Commercial providers such as Alexa, publish daily rankings of the most popular websites, but up until now, their validity has rarely been questioned. Their properties and implications have only recently started to be analysed. To gain more insight into how reliable such data is, we sought to answer the following three questions:

  1. How do such rankings affect research?
  2. Can malicious actors abuse rankings?
  3. How do we improve such rankings?

 

How Do the Inherent Properties of Popularity Ranking Lists Affect Research?

We studied the Alexa, Cisco Umbrella, Majestic, and Quantcast rankings, as these are free and more likely to be used by researchers and analysts. These rankings all use different data sources and scoring methods to compute their ranking:

  • Alexa mainly relies on end users installing a browser extension that sends all visited URLs back to Alexa;
  • Cisco Umbrella counts the number of IPs that resolve a domain through its OpenDNS resolvers;
  • Majestic counts the number of subnets that host a web page linking back to a domain;
  • Quantcast mainly ranks sites that report visitor counts through an analytics script.

These different vantage points and ranking methods suggest that the rankings may exhibit diverse characteristics and are composed differently. We analysed several of their properties, and in particular, those that can have implications on their suitability for research.

Similarity

In Figure 1, we show the average number of sites that the rankings agree upon per day. We found that the four lists only agree on 2.48% of popular domains - the four lists combined contain around 2.82 million sites but agree only on around 70,000 sites. There is little agreement between these lists, which makes their claim of containing the most popular sites on the web somewhat questionable.

 

Figure 1: The daily average intersection between the four lists from January 2018 to November 2019

Stability

The stability varied significantly across the four lists. As shown in Figure 2, we see that  Majestic’s and Quantcast’s lists are the most consistent. They usually shift around 1% per day, while for Umbrella’s list this climbs to 10% on average. Since 30 January 2018, almost half of the top million entries on Alexa's list change every day. This was actually the result of an unannounced and previously known change in Alexa’s ranking method. They switched from averaging over one month’s worth of data to using only one day of data, causing much more volatility.

There is a trade-off in the desired level of stability for use in research. A very stable list provides a reusable set of domains but may incorrectly list sites that suddenly gain or lose popularity. This means that you do not see sudden jumps or newly added domains. A volatile list that changes a lot in terms of top popular domains, however, may introduce large variations in the results of longitudinal or historical studies.
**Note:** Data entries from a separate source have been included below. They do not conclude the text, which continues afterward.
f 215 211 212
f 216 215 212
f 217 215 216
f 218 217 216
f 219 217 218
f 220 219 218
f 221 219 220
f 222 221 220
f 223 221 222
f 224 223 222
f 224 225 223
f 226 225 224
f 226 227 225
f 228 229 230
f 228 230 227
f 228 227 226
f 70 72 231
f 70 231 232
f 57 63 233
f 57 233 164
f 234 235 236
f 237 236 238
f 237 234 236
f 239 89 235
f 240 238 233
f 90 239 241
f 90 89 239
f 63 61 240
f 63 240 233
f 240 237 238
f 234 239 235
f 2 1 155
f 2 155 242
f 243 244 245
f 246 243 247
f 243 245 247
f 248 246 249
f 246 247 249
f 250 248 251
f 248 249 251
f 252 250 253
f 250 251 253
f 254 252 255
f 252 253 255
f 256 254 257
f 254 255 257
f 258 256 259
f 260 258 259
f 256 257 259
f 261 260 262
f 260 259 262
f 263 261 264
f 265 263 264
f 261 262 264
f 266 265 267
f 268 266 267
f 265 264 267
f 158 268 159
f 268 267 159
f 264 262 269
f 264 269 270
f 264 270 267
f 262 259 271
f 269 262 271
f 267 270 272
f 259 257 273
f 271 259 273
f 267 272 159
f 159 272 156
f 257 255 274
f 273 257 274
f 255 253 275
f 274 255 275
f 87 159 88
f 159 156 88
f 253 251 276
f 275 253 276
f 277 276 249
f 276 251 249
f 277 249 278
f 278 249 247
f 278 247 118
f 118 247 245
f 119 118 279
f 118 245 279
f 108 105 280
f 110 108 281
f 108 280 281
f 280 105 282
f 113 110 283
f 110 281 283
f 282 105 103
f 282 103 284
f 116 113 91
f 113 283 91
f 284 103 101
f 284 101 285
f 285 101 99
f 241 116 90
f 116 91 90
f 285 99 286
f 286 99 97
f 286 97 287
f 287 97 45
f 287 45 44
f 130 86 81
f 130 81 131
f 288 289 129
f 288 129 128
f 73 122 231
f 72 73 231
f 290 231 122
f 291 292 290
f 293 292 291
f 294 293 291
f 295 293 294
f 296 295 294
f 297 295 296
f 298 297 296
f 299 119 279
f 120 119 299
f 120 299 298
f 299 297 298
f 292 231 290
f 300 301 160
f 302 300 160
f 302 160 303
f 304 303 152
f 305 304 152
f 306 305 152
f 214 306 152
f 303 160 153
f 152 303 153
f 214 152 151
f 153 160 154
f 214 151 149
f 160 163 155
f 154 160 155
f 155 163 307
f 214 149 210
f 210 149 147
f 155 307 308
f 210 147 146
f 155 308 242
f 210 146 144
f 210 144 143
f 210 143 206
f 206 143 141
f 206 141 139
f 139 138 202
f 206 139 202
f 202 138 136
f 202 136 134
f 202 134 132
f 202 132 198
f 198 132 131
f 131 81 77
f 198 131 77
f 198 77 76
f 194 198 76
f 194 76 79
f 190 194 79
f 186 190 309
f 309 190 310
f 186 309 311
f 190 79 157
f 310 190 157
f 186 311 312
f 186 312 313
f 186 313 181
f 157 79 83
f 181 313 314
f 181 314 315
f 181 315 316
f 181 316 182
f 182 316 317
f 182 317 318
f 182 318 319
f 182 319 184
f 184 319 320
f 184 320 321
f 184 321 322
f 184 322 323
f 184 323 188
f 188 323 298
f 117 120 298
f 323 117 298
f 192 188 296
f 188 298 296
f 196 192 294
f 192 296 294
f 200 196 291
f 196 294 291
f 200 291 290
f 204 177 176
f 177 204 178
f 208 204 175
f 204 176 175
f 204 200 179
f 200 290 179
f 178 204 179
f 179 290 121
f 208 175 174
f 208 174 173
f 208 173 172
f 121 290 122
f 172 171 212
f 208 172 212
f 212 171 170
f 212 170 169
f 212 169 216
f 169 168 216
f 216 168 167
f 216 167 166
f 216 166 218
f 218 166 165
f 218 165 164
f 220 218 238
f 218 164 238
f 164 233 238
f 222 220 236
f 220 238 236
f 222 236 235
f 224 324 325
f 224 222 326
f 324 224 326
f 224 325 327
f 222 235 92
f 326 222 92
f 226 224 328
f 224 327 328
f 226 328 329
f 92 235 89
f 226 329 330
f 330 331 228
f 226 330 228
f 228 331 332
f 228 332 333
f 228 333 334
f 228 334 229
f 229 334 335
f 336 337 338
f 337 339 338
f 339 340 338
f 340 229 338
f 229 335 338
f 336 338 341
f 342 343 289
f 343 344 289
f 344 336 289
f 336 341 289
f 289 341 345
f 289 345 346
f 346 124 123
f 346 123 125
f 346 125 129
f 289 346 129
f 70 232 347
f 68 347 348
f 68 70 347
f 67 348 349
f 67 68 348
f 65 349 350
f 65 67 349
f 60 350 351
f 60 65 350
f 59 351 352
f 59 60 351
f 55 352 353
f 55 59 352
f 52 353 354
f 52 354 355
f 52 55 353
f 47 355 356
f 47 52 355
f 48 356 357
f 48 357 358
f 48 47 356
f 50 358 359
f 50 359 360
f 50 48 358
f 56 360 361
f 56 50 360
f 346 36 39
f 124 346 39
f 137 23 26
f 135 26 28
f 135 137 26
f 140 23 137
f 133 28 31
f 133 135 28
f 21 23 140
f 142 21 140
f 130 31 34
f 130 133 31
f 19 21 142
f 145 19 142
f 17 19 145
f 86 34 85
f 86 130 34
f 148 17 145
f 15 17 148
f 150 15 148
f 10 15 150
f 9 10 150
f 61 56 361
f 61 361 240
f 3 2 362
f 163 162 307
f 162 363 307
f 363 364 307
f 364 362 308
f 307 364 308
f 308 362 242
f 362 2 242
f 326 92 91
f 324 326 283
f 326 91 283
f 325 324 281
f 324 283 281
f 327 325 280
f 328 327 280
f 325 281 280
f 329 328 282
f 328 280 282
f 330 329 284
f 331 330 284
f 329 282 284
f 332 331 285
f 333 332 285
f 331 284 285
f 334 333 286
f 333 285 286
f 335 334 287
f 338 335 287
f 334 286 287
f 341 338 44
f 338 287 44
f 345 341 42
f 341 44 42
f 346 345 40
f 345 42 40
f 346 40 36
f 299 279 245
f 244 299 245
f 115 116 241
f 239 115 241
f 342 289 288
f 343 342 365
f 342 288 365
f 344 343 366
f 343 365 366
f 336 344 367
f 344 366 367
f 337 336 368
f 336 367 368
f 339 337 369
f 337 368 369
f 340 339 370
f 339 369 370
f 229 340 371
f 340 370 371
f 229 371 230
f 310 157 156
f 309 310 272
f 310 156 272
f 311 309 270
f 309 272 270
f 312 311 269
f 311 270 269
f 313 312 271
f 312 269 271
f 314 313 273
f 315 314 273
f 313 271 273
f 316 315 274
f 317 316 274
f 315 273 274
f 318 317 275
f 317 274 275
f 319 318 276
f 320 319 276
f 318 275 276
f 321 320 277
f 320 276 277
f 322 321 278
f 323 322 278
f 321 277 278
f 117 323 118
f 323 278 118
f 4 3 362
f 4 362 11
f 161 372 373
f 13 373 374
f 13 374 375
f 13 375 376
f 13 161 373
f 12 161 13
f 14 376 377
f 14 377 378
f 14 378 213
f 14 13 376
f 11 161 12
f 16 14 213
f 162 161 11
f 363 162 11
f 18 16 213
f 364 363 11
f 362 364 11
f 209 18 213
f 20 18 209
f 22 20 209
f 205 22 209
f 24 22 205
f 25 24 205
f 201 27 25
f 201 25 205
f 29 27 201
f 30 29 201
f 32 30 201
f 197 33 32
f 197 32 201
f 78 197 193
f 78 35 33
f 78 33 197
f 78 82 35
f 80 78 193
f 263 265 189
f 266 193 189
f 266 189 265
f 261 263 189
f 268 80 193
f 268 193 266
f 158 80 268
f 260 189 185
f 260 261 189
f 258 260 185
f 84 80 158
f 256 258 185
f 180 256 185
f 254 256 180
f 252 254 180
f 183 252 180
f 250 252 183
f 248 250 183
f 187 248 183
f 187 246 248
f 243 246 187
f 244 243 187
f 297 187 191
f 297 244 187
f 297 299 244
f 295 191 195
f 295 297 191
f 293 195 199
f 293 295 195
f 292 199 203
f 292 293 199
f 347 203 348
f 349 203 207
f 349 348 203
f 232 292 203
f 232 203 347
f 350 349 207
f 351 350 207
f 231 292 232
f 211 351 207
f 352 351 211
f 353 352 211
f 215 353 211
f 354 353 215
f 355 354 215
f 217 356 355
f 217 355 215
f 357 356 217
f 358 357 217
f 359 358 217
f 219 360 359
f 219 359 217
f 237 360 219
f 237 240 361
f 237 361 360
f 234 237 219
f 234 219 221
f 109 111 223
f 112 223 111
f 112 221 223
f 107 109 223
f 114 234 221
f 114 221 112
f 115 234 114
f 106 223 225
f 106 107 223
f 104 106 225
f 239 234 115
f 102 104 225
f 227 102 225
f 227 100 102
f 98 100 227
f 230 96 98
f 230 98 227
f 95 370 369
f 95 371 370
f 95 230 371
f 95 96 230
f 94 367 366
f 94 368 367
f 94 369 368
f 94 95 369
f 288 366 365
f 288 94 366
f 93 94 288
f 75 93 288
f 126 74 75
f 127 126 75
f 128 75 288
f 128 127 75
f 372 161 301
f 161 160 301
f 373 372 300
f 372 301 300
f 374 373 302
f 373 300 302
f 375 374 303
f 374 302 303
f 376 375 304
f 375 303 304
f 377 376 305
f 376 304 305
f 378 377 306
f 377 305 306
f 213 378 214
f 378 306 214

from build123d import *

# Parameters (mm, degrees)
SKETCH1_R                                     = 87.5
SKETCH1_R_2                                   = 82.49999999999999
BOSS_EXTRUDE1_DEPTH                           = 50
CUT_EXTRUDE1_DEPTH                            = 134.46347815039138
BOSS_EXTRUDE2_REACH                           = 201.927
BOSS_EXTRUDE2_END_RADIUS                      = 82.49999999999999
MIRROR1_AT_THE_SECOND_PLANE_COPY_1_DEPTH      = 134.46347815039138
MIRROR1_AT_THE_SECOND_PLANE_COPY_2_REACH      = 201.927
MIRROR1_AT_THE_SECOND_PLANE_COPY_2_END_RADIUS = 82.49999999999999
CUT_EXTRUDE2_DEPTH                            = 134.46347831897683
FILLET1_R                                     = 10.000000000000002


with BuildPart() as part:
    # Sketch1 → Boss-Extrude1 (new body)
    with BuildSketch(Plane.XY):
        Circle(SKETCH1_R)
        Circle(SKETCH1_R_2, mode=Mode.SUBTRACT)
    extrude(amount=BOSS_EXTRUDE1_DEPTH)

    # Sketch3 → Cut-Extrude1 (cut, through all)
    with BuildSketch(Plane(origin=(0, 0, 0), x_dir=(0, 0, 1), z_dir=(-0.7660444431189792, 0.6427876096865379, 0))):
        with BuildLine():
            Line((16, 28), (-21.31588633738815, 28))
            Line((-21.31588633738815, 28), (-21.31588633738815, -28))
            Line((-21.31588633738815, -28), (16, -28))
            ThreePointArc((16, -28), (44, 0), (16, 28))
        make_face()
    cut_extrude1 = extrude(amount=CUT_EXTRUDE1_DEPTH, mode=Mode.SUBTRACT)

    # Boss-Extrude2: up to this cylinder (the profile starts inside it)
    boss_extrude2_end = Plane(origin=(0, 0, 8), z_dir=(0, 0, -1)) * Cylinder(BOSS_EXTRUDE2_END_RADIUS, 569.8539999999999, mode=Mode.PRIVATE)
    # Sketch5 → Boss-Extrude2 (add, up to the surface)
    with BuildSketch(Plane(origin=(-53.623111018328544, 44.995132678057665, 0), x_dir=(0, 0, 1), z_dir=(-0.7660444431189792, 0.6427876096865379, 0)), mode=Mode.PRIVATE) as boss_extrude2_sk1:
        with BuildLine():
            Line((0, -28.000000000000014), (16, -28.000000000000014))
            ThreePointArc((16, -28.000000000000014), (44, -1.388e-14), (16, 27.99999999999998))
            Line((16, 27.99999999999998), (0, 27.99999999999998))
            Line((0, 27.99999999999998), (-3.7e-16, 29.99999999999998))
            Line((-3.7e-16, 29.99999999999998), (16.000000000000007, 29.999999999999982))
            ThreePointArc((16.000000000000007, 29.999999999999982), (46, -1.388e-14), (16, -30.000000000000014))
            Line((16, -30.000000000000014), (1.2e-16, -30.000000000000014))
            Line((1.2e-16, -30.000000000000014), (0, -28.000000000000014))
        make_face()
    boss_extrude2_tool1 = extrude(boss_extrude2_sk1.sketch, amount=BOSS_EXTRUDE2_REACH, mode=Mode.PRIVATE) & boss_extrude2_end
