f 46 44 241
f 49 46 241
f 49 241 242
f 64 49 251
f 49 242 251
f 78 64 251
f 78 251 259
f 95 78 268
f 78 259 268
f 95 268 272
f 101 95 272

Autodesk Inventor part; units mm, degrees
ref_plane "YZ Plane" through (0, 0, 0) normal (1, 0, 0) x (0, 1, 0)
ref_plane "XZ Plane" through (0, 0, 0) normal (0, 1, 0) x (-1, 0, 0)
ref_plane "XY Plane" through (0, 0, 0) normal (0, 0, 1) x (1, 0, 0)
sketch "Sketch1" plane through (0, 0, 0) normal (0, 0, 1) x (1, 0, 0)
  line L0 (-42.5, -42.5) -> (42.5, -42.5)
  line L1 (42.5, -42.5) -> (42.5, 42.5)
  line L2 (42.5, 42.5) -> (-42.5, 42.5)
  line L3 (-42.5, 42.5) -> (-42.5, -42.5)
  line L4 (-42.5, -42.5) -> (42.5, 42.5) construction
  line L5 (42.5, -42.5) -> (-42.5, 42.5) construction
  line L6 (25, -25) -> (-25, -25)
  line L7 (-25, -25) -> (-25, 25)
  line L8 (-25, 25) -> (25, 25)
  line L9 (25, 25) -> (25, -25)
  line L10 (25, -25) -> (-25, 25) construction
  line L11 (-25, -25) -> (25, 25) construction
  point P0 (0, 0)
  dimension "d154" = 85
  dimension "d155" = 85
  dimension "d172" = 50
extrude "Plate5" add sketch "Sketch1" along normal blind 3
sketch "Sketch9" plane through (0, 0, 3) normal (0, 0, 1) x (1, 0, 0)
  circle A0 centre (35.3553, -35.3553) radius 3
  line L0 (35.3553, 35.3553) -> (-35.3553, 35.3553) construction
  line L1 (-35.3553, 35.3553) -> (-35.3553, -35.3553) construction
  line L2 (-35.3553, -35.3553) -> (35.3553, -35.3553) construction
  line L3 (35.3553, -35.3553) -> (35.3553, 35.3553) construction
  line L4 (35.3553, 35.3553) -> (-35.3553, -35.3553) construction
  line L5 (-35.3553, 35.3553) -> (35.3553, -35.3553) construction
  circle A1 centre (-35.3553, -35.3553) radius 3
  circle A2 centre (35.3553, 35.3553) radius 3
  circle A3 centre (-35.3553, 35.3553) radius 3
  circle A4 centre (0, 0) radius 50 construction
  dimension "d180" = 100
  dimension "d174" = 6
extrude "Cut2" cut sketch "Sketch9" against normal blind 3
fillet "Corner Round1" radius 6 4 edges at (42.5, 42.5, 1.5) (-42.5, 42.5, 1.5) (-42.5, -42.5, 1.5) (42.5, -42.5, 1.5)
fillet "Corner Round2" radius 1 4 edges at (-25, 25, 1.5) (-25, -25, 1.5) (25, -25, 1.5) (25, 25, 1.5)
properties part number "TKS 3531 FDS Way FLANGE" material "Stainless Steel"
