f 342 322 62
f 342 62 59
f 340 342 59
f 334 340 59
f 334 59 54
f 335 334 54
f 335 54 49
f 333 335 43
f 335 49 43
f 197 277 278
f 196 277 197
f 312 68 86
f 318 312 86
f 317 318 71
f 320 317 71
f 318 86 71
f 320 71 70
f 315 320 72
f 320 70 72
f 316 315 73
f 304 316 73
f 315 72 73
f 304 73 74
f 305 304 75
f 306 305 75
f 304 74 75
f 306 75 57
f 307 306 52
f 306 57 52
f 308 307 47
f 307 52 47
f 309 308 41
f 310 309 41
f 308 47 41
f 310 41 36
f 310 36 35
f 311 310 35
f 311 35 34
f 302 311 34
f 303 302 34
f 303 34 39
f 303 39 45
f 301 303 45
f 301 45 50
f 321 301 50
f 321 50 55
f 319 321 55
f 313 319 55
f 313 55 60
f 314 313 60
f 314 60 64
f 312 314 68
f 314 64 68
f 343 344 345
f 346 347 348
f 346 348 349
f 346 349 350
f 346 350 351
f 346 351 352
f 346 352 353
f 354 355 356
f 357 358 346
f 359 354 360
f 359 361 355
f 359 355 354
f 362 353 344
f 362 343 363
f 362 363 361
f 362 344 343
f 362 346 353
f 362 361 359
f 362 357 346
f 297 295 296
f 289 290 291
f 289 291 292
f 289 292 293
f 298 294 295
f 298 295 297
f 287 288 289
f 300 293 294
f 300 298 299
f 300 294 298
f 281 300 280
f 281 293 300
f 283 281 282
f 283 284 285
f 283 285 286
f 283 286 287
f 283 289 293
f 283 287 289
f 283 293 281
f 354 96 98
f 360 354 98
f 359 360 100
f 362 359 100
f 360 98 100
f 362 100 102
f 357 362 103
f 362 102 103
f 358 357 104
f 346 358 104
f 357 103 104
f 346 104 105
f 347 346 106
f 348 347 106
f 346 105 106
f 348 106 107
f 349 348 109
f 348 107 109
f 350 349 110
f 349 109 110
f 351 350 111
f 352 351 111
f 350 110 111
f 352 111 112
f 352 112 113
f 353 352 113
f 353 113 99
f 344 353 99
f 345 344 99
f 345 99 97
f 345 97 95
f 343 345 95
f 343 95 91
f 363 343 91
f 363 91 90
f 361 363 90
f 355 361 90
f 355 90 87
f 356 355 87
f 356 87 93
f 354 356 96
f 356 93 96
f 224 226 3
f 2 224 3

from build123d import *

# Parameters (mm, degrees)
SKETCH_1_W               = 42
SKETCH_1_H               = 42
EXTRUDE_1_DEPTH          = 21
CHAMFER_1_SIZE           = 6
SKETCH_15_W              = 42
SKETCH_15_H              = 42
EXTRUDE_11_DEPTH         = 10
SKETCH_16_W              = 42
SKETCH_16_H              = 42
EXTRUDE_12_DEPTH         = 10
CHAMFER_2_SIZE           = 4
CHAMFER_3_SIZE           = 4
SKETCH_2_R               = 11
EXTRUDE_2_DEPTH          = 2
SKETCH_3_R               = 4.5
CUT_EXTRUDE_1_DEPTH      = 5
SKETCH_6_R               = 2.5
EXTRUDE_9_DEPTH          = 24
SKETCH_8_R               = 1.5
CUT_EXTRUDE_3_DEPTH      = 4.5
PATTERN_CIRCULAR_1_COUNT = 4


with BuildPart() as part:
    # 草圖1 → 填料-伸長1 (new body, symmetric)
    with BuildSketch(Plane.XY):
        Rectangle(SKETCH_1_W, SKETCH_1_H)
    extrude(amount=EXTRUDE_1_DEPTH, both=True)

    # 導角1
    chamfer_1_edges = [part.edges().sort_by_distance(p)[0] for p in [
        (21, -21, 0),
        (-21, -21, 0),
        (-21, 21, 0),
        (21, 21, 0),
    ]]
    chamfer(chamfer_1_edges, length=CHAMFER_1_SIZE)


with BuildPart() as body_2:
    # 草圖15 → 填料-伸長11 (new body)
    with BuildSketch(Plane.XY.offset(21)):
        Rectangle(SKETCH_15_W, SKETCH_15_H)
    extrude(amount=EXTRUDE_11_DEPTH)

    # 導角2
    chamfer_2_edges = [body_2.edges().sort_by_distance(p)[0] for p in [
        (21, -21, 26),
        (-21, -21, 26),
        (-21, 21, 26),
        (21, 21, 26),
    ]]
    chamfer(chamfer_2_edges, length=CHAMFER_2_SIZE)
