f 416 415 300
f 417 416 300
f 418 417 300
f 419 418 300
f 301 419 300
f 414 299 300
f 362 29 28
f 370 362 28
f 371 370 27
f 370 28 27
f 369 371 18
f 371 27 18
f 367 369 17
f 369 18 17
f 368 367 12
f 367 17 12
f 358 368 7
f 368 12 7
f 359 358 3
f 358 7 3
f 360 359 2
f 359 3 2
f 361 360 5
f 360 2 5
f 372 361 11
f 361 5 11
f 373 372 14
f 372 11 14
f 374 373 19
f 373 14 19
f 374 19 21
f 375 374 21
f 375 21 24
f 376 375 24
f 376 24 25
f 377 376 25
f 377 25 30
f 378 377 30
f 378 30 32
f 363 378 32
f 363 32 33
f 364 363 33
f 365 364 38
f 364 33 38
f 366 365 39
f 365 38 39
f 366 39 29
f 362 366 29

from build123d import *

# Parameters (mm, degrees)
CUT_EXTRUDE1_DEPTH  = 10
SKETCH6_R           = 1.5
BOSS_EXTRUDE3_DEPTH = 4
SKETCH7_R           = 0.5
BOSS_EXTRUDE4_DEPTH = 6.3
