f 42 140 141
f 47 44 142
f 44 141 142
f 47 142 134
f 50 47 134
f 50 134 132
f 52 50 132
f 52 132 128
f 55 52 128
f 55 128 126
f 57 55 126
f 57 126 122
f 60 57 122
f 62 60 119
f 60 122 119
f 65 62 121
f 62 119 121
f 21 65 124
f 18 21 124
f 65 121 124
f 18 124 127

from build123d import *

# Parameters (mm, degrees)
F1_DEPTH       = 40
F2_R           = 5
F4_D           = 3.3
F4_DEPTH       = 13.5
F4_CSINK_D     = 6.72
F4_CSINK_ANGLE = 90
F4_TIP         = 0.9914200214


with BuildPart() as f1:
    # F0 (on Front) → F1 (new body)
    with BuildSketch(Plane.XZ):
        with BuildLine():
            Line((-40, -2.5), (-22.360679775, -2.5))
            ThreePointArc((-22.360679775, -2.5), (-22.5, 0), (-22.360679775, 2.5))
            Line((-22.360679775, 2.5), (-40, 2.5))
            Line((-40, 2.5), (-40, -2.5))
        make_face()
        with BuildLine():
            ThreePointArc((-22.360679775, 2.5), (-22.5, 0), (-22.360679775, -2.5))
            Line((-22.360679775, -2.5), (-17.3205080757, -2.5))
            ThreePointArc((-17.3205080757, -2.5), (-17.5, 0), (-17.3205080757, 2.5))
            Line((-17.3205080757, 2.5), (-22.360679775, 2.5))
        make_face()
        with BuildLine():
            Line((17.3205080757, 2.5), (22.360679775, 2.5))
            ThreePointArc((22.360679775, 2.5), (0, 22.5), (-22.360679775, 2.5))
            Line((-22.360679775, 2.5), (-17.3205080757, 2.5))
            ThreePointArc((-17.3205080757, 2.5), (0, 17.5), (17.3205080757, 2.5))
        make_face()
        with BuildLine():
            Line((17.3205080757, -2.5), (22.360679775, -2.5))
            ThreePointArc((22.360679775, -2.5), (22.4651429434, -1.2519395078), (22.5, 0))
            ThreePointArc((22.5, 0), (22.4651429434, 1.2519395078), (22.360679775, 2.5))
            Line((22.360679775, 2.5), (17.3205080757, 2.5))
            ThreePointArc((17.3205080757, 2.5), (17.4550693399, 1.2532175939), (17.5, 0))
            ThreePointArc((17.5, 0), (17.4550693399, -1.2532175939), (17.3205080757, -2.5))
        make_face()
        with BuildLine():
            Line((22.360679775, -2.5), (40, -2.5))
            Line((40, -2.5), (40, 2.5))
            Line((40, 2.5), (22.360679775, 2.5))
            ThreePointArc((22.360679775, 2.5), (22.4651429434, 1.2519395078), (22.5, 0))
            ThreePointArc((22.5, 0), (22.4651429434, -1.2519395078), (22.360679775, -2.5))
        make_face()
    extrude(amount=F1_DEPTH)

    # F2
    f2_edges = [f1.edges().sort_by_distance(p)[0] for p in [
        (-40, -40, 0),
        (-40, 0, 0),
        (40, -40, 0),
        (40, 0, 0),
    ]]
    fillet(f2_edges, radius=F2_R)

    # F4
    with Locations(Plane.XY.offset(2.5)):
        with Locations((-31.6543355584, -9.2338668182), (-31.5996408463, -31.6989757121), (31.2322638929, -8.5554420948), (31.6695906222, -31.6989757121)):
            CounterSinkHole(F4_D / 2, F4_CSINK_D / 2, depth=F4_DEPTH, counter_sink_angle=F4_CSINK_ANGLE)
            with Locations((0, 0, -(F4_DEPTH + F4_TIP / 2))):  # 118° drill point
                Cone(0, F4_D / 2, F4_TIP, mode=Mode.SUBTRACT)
Figure 2: The intersection percentage of each provider's list over two consecutive days

Responsiveness

Figure 3 shows the HTTP status code reported for the root pages of the domains in the four lists (codes starting with 2, 4 and all other HTTP status codes). In terms of responsiveness, 5% of Alexa’s and Quantcast’s lists and 11% of Majestic’s list could not be reached. For Umbrella, this jumps to 28%. Moreover, only 49% responded with HTTP status code 200, and 30% reported a server error. Most errors in Umbrella are due to the fact that it does not filter out invalid or not configured (sub)domains. Unresponsive sites reduce the effective sample that is studied, potentially making the results less representative of the entire Internet.

Figure 3: The responsiveness and reported HTTP status code across the lists

Benignness

As checked against Google Safe Browsing on 31 May 2018, 0.22% of Majestic’s domains were flagged as potentially harmful - identified as malware sites. However, all lists rank at least some malicious domains. In Alexa’s top 10,000, four sites are flagged as performing social engineering (e.g. phishing). One site in Majestic’s top 10,000 serves unwanted software (for absolute counts, see Figure 4). The presence of these sites in Alexa’s and Quantcast’s lists is particularly striking. Users would have to actively ignore the browser warning in order to trigger data reporting for Alexa’s extension or the tracking scripts.

 

Figure 4: Malicious websites per list

Given the presence of malicious domains on these lists, the practice of whitelisting popular domains, as done by some security analysis tools, is particularly dangerous (check this blog post and this forum entry). Quad9’s DNS-based blocking service whitelists all domains on Majestic’s list, exposing its users to ranked malicious domains. As Quad9’s users expect harmful domains to be blocked, they are under the impression that the site is safe to browse; this makes the manipulation of the list very interesting to attackers.

 

How Can These Rankings Be Manipulated?

The data collection processes of popularity rankings tend to rely on a limited view of the Internet, either by focusing on one specific metric or obtaining information from a small population. This implies that targeted small amounts of traffic can be deemed significant on the scale of the entire Internet and yield good rankings. Furthermore, the ranking providers generally do not filter out automated or fake traffic or domains that do not represent real websites - further reducing the number of domains with real traffic in their lists.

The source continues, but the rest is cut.